• [EXERCISE DIRECTIONS]:
Going down the listing below, print exactly each line from the one with "FILE_SCHEMA(('AUTOMOTIVE_DESIGN'));" up to and including the one with "Rebuilt in FreeCAD, every", and skip the rest.

• [SUPPLIED INFORMATION]:
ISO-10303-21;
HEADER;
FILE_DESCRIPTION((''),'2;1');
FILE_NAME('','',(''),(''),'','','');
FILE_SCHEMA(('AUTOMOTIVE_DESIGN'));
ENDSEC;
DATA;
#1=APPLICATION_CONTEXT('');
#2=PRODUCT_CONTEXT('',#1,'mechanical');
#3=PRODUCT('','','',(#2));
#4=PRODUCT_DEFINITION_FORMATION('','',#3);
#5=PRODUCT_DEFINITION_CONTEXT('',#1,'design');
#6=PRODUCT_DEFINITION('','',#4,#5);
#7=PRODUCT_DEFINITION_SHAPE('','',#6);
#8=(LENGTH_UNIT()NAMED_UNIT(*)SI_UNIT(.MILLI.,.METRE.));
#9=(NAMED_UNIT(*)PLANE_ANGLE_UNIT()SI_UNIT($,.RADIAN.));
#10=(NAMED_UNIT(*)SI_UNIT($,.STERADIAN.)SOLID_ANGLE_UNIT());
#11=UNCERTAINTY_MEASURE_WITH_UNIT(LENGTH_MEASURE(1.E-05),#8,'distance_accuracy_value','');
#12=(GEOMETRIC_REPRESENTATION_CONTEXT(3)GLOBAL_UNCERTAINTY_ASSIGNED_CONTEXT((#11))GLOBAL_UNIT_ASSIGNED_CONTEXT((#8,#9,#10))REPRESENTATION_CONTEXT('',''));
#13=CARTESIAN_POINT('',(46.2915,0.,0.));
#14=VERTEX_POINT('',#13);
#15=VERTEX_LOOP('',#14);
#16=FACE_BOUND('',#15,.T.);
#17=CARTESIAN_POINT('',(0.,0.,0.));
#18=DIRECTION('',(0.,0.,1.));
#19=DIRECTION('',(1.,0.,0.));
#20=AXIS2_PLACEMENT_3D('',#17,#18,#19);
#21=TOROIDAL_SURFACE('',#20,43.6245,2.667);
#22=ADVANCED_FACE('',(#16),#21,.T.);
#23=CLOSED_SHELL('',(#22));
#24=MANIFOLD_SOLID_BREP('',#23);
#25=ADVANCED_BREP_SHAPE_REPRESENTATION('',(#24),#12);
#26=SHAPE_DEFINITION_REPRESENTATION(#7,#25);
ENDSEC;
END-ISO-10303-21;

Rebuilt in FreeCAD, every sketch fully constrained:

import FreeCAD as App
import Part
import Sketcher
from FreeCAD import Vector
Q = App.Units.Quantity

doc = App.newDocument("Part")
params = doc.addObject("Spreadsheet::Sheet", "Params")
for row, (alias, value) in enumerate([
    ("sketch1_diameter", "0.21 in"),
    ("revolution_angle", "360 deg"),
], start=1):
    params.set(f"A{row}", alias)
    params.set(f"B{row}", "=" + value)
    params.setAlias(f"B{row}", alias)

body = doc.addObject("PartDesign::Body", "Body")

# Sketch on YZ plane
sketch1 = body.newObject("Sketcher::SketchObject", "Sketch")
sketch1.AttachmentSupport = (doc.getObject("YZ_Plane"), [""])
sketch1.MapMode = "FlatFace"
sketch1.addGeometry(Part.Circle(Vector(-43.6, 0, 0), Vector(0, 0, 1), 2.7), False)
sketch1.addConstraint(Sketcher.Constraint("PointOnObject", 0, 3, -1))
sketch1.addConstraint(Sketcher.Constraint("Diameter", 0, Q("0.21 in")))
sketch1.addConstraint(Sketcher.Constraint("DistanceX", 0, 3, -1, 1, Q("1.7175 in")))
sketch1.setExpression("Constraints[1]", "Params.sketch1_diameter")
revolution = body.newObject("PartDesign::Revolution", "Revolution")
revolution.Profile = sketch1
revolution.ReferenceAxis = (sketch1, ["V_Axis"])
revolution.setExpression("Angle", "Params.revolution_angle")

doc.recompute()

• [OUTPUT FOR THIS EXERCISE]:
FILE_SCHEMA(('AUTOMOTIVE_DESIGN'));
ENDSEC;
DATA;
#1=APPLICATION_CONTEXT('');
#2=PRODUCT_CONTEXT('',#1,'mechanical');
#3=PRODUCT('','','',(#2));
#4=PRODUCT_DEFINITION_FORMATION('','',#3);
#5=PRODUCT_DEFINITION_CONTEXT('',#1,'design');
#6=PRODUCT_DEFINITION('','',#4,#5);
#7=PRODUCT_DEFINITION_SHAPE('','',#6);
#8=(LENGTH_UNIT()NAMED_UNIT(*)SI_UNIT(.MILLI.,.METRE.));
#9=(NAMED_UNIT(*)PLANE_ANGLE_UNIT()SI_UNIT($,.RADIAN.));
#10=(NAMED_UNIT(*)SI_UNIT($,.STERADIAN.)SOLID_ANGLE_UNIT());
#11=UNCERTAINTY_MEASURE_WITH_UNIT(LENGTH_MEASURE(1.E-05),#8,'distance_accuracy_value','');
#12=(GEOMETRIC_REPRESENTATION_CONTEXT(3)GLOBAL_UNCERTAINTY_ASSIGNED_CONTEXT((#11))GLOBAL_UNIT_ASSIGNED_CONTEXT((#8,#9,#10))REPRESENTATION_CONTEXT('',''));
#13=CARTESIAN_POINT('',(46.2915,0.,0.));
#14=VERTEX_POINT('',#13);
#15=VERTEX_LOOP('',#14);
#16=FACE_BOUND('',#15,.T.);
#17=CARTESIAN_POINT('',(0.,0.,0.));
#18=DIRECTION('',(0.,0.,1.));
#19=DIRECTION('',(1.,0.,0.));
#20=AXIS2_PLACEMENT_3D('',#17,#18,#19);
#21=TOROIDAL_SURFACE('',#20,43.6245,2.667);
#22=ADVANCED_FACE('',(#16),#21,.T.);
#23=CLOSED_SHELL('',(#22));
#24=MANIFOLD_SOLID_BREP('',#23);
#25=ADVANCED_BREP_SHAPE_REPRESENTATION('',(#24),#12);
#26=SHAPE_DEFINITION_REPRESENTATION(#7,#25);
ENDSEC;
END-ISO-10303-21;

Rebuilt in FreeCAD, every sketch fully constrained:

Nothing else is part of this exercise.